The Jerusalem Jazz Sessions series, which took place over the space of a couple of months in 2009, at the singularly picturesque Sergei’s Courtyard venue in the capital, proved that Israel has plenty to offer the global avant garde jazz community.
Bukelman says that, for him and his artistic cohorts, necessity is very much the mother of invention.
“I invested a lot of time and effort in my CD [Out Now Recordings release Cracked Song with cellist Yuval Mesner, bassist Assaf Hakimi and drummer Udi Shlomo]. Yoni put a lot into his quartet recording [Overlook, with Nitai Levi on bass clarinet, Shai Ran on double bass and Haim Peskoff on drums] – he recorded it twice.”

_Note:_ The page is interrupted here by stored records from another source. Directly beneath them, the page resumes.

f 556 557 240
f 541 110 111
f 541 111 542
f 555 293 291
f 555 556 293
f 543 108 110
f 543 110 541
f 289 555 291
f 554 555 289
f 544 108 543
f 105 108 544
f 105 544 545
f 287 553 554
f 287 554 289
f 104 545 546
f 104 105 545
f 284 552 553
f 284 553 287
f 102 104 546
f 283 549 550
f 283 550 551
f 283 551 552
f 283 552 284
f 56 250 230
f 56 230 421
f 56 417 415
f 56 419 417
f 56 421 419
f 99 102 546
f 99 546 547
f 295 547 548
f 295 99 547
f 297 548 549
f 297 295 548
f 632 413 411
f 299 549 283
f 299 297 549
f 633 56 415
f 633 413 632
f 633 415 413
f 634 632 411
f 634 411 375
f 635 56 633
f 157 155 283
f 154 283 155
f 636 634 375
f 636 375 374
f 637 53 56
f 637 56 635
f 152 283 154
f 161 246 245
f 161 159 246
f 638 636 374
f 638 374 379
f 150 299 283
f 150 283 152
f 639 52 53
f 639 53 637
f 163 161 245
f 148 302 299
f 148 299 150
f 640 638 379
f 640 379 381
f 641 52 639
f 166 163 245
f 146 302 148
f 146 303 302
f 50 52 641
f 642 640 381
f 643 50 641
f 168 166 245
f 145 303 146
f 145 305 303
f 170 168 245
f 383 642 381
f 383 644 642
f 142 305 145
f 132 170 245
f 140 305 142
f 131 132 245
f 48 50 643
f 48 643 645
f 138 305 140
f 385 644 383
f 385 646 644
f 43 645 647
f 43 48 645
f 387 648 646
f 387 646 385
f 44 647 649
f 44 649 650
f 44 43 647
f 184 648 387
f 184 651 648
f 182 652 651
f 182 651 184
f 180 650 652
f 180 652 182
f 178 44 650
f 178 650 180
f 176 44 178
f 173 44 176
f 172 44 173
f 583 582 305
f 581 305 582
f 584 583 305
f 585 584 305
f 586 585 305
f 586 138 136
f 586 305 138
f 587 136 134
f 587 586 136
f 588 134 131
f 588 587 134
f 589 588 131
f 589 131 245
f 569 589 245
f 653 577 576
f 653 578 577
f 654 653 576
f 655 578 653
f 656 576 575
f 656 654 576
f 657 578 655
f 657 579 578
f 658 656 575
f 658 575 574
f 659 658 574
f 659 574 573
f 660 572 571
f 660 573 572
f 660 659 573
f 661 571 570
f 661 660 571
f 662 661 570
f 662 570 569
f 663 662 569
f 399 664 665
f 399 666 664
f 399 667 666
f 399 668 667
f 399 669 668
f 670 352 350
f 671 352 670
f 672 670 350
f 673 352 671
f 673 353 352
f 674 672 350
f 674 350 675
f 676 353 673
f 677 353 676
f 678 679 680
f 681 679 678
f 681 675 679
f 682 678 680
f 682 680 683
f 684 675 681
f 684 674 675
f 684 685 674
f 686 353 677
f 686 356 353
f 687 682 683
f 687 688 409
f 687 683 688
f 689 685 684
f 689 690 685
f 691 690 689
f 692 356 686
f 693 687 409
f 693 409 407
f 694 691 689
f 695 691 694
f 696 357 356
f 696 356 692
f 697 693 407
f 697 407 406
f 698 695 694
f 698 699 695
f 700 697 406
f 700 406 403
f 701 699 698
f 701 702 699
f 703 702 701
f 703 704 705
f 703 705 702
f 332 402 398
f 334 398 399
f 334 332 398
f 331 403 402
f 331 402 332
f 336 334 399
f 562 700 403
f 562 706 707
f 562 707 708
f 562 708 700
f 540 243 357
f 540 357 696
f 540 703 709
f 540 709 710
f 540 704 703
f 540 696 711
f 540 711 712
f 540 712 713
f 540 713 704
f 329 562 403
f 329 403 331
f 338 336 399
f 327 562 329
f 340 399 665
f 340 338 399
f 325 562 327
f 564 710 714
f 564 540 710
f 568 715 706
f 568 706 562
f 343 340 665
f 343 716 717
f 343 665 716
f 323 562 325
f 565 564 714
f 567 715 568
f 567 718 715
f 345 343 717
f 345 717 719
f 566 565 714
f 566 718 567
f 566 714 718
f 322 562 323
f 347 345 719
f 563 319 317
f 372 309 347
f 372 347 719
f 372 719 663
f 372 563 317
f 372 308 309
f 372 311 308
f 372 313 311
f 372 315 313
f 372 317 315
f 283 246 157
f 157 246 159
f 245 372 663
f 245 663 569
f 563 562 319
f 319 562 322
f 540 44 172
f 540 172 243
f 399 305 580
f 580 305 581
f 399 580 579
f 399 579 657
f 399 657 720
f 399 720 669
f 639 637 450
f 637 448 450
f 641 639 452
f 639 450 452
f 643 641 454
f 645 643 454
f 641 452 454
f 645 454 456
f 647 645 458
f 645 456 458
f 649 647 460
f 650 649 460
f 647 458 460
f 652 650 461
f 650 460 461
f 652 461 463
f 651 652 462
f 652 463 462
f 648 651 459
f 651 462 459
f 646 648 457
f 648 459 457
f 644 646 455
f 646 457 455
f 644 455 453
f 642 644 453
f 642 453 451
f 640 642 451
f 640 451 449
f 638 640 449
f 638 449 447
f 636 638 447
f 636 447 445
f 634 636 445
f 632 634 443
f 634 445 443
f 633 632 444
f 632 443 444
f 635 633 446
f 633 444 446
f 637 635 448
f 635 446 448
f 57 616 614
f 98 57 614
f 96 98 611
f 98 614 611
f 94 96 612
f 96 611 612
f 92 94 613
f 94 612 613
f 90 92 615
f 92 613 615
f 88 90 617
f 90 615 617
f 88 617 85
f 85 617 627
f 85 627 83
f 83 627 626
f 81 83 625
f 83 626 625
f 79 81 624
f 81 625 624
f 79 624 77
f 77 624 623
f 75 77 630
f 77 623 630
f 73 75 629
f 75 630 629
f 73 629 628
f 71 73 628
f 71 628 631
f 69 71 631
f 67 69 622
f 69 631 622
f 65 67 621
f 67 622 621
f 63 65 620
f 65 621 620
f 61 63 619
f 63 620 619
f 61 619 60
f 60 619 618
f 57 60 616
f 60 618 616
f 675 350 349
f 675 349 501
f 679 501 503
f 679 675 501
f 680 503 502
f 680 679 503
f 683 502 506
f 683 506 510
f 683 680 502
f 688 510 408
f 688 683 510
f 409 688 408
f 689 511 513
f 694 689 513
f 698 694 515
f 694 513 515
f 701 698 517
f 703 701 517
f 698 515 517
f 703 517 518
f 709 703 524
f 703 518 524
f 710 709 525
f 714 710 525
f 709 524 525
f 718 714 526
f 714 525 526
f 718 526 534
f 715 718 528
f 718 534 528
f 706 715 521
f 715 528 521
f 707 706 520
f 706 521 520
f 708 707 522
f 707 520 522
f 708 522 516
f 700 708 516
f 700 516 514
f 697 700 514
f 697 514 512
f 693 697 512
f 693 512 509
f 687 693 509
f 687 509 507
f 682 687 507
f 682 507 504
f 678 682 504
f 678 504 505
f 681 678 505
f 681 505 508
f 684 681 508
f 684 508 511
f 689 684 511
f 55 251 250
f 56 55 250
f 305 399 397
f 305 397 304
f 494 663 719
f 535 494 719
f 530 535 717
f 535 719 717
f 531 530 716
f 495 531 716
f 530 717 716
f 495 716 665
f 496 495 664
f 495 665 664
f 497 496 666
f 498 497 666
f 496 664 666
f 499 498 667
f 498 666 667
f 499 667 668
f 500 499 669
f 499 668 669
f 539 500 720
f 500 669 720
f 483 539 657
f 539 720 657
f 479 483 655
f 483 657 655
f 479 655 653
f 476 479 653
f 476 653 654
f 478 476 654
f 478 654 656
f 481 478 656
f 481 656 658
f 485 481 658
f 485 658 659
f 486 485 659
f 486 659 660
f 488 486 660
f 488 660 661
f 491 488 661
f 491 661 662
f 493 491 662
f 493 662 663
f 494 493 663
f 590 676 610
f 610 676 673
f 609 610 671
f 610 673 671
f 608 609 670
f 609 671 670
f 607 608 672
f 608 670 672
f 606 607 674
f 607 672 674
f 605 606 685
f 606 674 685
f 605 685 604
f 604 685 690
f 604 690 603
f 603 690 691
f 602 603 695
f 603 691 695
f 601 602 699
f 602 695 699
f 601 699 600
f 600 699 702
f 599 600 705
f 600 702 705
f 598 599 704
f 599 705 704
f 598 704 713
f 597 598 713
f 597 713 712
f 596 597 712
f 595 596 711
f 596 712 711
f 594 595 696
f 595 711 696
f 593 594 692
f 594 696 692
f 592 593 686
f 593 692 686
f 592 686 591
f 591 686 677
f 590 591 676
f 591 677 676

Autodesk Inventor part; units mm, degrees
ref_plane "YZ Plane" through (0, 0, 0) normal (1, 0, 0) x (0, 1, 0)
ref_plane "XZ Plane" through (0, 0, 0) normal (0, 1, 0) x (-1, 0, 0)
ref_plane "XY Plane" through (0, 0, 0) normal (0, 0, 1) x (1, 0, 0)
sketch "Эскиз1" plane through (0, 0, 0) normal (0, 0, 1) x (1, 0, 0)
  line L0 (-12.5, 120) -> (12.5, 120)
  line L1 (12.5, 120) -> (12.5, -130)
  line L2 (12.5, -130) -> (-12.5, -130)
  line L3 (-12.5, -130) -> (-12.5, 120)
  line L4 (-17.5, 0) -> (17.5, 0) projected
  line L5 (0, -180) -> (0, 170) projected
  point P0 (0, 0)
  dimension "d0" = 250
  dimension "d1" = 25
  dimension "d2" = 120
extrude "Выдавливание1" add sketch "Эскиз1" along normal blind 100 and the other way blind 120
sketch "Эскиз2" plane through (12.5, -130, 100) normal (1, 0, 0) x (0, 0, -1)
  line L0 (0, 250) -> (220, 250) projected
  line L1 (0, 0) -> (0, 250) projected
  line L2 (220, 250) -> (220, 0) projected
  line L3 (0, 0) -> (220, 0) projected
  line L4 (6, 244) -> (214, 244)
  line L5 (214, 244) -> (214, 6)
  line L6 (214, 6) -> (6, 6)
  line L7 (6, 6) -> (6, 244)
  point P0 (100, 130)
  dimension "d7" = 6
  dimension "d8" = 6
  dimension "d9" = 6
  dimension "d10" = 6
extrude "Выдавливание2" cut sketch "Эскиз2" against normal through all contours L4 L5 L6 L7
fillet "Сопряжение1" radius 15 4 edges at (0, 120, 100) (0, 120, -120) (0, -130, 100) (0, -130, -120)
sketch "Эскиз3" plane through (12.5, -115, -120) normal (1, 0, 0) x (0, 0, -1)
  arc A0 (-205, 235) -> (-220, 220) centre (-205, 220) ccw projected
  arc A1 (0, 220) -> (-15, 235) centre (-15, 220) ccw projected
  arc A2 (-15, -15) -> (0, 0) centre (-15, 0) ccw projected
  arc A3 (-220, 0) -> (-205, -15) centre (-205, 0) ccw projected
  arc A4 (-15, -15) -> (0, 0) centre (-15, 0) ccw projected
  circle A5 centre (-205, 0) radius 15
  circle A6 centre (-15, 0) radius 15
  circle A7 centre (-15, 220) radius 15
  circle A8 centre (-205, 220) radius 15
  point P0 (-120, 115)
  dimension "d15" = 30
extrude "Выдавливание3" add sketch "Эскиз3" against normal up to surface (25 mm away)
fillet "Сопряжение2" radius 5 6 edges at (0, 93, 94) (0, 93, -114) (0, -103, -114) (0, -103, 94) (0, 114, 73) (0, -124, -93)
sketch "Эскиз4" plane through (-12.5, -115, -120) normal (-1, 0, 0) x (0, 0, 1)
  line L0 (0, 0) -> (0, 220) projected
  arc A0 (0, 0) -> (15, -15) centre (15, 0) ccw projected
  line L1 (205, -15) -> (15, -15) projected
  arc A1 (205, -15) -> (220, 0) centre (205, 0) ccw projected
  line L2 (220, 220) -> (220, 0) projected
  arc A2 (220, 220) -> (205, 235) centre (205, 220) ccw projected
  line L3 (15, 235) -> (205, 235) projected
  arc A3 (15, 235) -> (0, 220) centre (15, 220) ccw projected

“These are serious projects and there is no serious vehicle here for getting them out to the public. Even the few places that might help to release our CDs don’t have any substantial relevant credo. They have no concept, they just put them out and that’s that.”
OUT NOW Recordings certainly takes its artists’ work seriously, and has laid down its musically and visually esthetic marker from the outset. The design of the first batch of six releases conveys a clear artistic and marketing philosophy. The graphic design work of the CD covers successfully rides the abstract-esthetically striking seam, and is patently planned to impart a succinctly defined message about the musical content of the products, and the goals of the label.
There are more releases planned in the coming months, and Bukelman and Kretzmer have no qualms about “swamping the market”.
“If there are 80 great recordings which should be made available to the public I’m all in favor of getting them out,” declares Kretzmer.
The Out Now duo are also keen to enlighten the jazzloving public, and say they are looking to offset what they see as some of the damage caused by misinformation on the scene.
“This is a jazz label and all the discs we have put out, and will put out, are jazz. But, because of events like the jazz festival in Eilat, and what the public hears there, people might think that what we do is not jazz,” states Bukelman.
“That is a mistake.”
Kretzmer, naturally, adheres to the same mindset.
“Jazz, like any art, has to look forward, it has to evolve,” he says.
“But at some stage, different people have different opinions about that, and about when it happened, a decision was made to stop that process of change, and they made jazz into a sort of museum piece.”
You won’t find standards in the Out Now Recordings offerings, only original material.
“We [Kretzmer, Bukelman and several other artists from within and outside the Out Now stable] played at a venue about a week ago and another band came on stage after us,” says Bukelman.
“What they played wasn’t even jazz.”
“It was a mutation of music which has almost turned into folklore,” adds Kretzmer.
“To my mind jazz was always anti-folklore. It came from folklore but, like classical music, it had to change in order to continue.”